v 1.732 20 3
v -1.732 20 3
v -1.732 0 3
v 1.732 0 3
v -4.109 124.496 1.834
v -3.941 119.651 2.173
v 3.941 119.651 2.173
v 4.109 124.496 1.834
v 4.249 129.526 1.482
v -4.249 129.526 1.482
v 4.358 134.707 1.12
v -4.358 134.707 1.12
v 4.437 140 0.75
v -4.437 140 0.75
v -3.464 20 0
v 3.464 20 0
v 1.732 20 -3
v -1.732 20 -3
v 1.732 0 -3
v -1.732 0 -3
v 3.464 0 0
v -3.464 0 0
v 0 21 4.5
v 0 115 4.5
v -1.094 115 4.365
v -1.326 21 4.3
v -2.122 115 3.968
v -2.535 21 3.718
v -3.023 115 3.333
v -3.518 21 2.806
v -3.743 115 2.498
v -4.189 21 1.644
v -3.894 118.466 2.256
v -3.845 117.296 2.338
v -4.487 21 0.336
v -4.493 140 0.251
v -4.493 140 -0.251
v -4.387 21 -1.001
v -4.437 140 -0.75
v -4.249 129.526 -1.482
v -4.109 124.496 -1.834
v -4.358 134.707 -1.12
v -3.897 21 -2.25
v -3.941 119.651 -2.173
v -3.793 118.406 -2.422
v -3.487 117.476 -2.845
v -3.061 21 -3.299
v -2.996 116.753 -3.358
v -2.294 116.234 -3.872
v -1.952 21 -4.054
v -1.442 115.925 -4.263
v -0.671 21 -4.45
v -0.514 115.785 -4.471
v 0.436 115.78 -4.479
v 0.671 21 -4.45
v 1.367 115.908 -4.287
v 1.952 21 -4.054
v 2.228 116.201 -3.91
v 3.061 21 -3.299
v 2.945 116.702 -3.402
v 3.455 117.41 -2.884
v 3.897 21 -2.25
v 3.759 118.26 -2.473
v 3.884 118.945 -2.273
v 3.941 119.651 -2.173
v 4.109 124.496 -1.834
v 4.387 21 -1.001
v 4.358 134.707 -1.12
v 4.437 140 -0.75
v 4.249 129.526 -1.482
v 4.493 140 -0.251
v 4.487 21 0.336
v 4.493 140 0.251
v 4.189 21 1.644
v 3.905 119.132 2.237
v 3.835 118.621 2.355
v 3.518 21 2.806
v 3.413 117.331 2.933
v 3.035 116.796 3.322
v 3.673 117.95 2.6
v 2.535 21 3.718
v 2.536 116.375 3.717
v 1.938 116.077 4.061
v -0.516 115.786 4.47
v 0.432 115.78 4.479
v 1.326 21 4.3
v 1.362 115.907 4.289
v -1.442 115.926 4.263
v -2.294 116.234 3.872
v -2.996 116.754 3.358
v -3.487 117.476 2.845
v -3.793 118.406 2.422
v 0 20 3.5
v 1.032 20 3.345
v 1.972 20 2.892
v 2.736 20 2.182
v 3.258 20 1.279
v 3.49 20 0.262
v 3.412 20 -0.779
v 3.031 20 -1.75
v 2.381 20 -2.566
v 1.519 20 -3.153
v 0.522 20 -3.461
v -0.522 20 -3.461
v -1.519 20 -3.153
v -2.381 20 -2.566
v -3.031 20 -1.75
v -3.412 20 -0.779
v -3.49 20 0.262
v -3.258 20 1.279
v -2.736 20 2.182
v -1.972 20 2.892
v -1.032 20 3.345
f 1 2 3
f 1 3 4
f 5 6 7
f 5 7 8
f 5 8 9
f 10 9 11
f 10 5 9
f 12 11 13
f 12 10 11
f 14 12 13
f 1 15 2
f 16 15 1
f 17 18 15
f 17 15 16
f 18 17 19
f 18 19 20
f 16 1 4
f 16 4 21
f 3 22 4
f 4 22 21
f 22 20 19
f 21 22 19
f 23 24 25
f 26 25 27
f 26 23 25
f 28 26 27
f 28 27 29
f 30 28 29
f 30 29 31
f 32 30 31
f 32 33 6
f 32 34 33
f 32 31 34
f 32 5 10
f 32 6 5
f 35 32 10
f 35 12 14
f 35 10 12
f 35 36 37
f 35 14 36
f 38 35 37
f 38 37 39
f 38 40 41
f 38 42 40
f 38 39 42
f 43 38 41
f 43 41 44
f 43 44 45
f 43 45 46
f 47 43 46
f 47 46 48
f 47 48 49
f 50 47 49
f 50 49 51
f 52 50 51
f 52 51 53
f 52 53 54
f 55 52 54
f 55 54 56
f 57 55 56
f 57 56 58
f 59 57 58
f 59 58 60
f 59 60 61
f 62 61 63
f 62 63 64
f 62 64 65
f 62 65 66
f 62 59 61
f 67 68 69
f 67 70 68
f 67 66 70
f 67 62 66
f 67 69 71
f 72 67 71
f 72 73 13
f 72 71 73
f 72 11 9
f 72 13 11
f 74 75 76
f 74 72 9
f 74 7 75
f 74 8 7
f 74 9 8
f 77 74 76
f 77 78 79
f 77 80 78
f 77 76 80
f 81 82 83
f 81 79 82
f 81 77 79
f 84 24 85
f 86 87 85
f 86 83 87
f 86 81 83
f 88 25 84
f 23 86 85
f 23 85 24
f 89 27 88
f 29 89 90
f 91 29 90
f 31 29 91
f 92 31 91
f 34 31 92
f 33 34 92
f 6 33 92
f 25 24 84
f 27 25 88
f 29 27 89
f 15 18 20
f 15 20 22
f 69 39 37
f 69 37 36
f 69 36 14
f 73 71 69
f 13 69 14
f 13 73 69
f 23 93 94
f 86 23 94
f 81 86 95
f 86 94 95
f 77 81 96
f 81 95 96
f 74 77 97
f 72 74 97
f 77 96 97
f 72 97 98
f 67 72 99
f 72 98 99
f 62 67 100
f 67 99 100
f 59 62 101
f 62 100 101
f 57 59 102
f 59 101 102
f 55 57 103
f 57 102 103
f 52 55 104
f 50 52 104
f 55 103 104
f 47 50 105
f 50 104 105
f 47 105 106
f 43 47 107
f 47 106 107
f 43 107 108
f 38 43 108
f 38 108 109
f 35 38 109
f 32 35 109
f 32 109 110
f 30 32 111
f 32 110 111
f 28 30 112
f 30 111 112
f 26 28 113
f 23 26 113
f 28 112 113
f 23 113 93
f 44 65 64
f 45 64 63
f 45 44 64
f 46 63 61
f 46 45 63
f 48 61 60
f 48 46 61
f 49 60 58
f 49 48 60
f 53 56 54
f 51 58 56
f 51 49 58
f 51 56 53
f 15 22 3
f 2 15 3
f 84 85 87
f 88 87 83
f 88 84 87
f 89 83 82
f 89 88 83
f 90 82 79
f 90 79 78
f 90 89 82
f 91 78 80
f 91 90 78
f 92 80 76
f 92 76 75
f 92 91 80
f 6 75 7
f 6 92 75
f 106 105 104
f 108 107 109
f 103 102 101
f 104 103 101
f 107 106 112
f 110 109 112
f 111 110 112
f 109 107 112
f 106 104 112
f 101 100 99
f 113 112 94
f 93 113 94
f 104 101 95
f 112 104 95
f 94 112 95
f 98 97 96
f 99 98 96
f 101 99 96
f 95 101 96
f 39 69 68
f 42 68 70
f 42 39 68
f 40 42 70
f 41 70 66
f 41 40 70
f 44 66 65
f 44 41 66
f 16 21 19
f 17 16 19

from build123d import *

# Parameters (mm, degrees)
BOSS_EXTRUDE1_DEPTH = 20
SKETCH3_R           = 4.5
BOSS_EXTRUDE3_DEPTH = 120
CHAMFER2_SIZE       = 1
CUT_EXTRUDE2_START  = -4.437059837
CUT_EXTRUDE2_DEPTH  = 8.874119674
FILLET2_R           = 5


# Read off the part's stored shape, not the designer's step: Cut-Extrude2
with BuildPart() as part:
    # Sketch2 → Boss-Extrude1 (new body)
    with BuildSketch(Plane(origin=(0, 0, 0), x_dir=(1, 0, 0), z_dir=(0, 1, 0))):
        Polygon((3.464101615, 0), (1.732050808, 3), (-1.732050808, 3), (-3.464101615, 0), (-1.732050808, -3), (1.732050808, -3), align=None)
    extrude(amount=BOSS_EXTRUDE1_DEPTH)


with BuildPart() as body_2:
    # Sketch3 → Boss-Extrude3 (new body)
    with BuildSketch(Plane(origin=(0, 20, 0), x_dir=(1, 0, 0), z_dir=(0, 1, 0))):
        with Locations(Location((0, 0, 0), (0, 0, 270))):
            Circle(SKETCH3_R)
    extrude(amount=BOSS_EXTRUDE3_DEPTH)

    # Chamfer2
    chamfer2_edges = [body_2.edges().sort_by_distance(p)[0] for p in [
        (0, 20, -4.5),
    ]]
    chamfer(chamfer2_edges, length=CHAMFER2_SIZE)

    # Cut-Extrude2 outline → Cut-Extrude2 (cut)
    with BuildSketch(Plane.YZ.offset(CUT_EXTRUDE2_START)):
        Polygon((115, 6), (115, 2.498170299), (140, 0.75), (140, 6), align=None)
        Polygon((140, -6), (140, -0.75), (115, -2.498170299), (115, -6), align=None)
    extrude(amount=CUT_EXTRUDE2_DEPTH, mode=Mode.SUBTRACT)

    # Fillet2
    # the kernel refuses this fillet: 5 mm, written as the material it adds along each edge
    with BuildSketch(Plane(origin=(-15.399317837, 115, -2.498170299), x_dir=(0, 0.9975640502586796, 0.0697564737604944), z_dir=(1, 0, 0))) as fillet2_piece_1_section:
        with BuildLine():
            CenterArc((FILLET2_R * 0.932515086122, -FILLET2_R), FILLET2_R, 90, 85.999999999)
            Line((-FILLET2_R * 0.0650489641364, -FILLET2_R * 0.93024352624), (0, 0))
            Line((0, 0), (FILLET2_R * 0.932515086122, 0))
        make_face()
    fillet2_piece_1 = extrude(amount=30.798635674, mode=Mode.PRIVATE)
    fillet2_piece_1 = fillet2_piece_1 & Plane(origin=(0, 116.359542547, 0), x_dir=(0, 0, 1), z_dir=(0, -1, 0)) * Cylinder(4.5, 81, mode=Mode.PRIVATE)
    add(fillet2_piece_1)
    with BuildSketch(Plane(origin=(-15.399317837, 115, 2.498170299), x_dir=(0, 0, 1), z_dir=(1, 0, 0))) as fillet2_piece_2_section:
        with BuildLine():
            CenterArc((FILLET2_R * 0.932515086122, -FILLET2_R), FILLET2_R, 90, 85.999999999)
            Line((-FILLET2_R * 0.0650489641364, -FILLET2_R * 0.93024352624), (0, 0))
            Line((0, 0), (FILLET2_R * 0.932515086122, 0))
        make_face()
    fillet2_piece_2 = extrude(amount=30.798635674, mode=Mode.PRIVATE)
    fillet2_piece_2 = fillet2_piece_2 & Plane(origin=(0, 116.359541243, 0), x_dir=(0, 0, 1), z_dir=(0, -1, 0)) * Cylinder(4.5, 81, mode=Mode.PRIVATE)
    add(fillet2_piece_2)


solid = Compound([part.part, body_2.part])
====
Required action =>
Give back exactly the lines from the first line of the records through the line holding "v 2.536 116.375 3.717", including both of those lines and leaving out all others.

Response =>
v 1.732 20 3
v -1.732 20 3
v -1.732 0 3
v 1.732 0 3
v -4.109 124.496 1.834
v -3.941 119.651 2.173
v 3.941 119.651 2.173
v 4.109 124.496 1.834
v 4.249 129.526 1.482
v -4.249 129.526 1.482
v 4.358 134.707 1.12
v -4.358 134.707 1.12
v 4.437 140 0.75
v -4.437 140 0.75
v -3.464 20 0
v 3.464 20 0
v 1.732 20 -3
v -1.732 20 -3
v 1.732 0 -3
v -1.732 0 -3
v 3.464 0 0
v -3.464 0 0
v 0 21 4.5
v 0 115 4.5
v -1.094 115 4.365
v -1.326 21 4.3
v -2.122 115 3.968
v -2.535 21 3.718
v -3.023 115 3.333
v -3.518 21 2.806
v -3.743 115 2.498
v -4.189 21 1.644
v -3.894 118.466 2.256
v -3.845 117.296 2.338
v -4.487 21 0.336
v -4.493 140 0.251
v -4.493 140 -0.251
v -4.387 21 -1.001
v -4.437 140 -0.75
v -4.249 129.526 -1.482
v -4.109 124.496 -1.834
v -4.358 134.707 -1.12
v -3.897 21 -2.25
v -3.941 119.651 -2.173
v -3.793 118.406 -2.422
v -3.487 117.476 -2.845
v -3.061 21 -3.299
v -2.996 116.753 -3.358
v -2.294 116.234 -3.872
v -1.952 21 -4.054
v -1.442 115.925 -4.263
v -0.671 21 -4.45
v -0.514 115.785 -4.471
v 0.436 115.78 -4.479
v 0.671 21 -4.45
v 1.367 115.908 -4.287
v 1.952 21 -4.054
v 2.228 116.201 -3.91
v 3.061 21 -3.299
v 2.945 116.702 -3.402
v 3.455 117.41 -2.884
v 3.897 21 -2.25
v 3.759 118.26 -2.473
v 3.884 118.945 -2.273
v 3.941 119.651 -2.173
v 4.109 124.496 -1.834
v 4.387 21 -1.001
v 4.358 134.707 -1.12
v 4.437 140 -0.75
v 4.249 129.526 -1.482
v 4.493 140 -0.251
v 4.487 21 0.336
v 4.493 140 0.251
v 4.189 21 1.644
v 3.905 119.132 2.237
v 3.835 118.621 2.355
v 3.518 21 2.806
v 3.413 117.331 2.933
v 3.035 116.796 3.322
v 3.673 117.95 2.6
v 2.535 21 3.718
v 2.536 116.375 3.717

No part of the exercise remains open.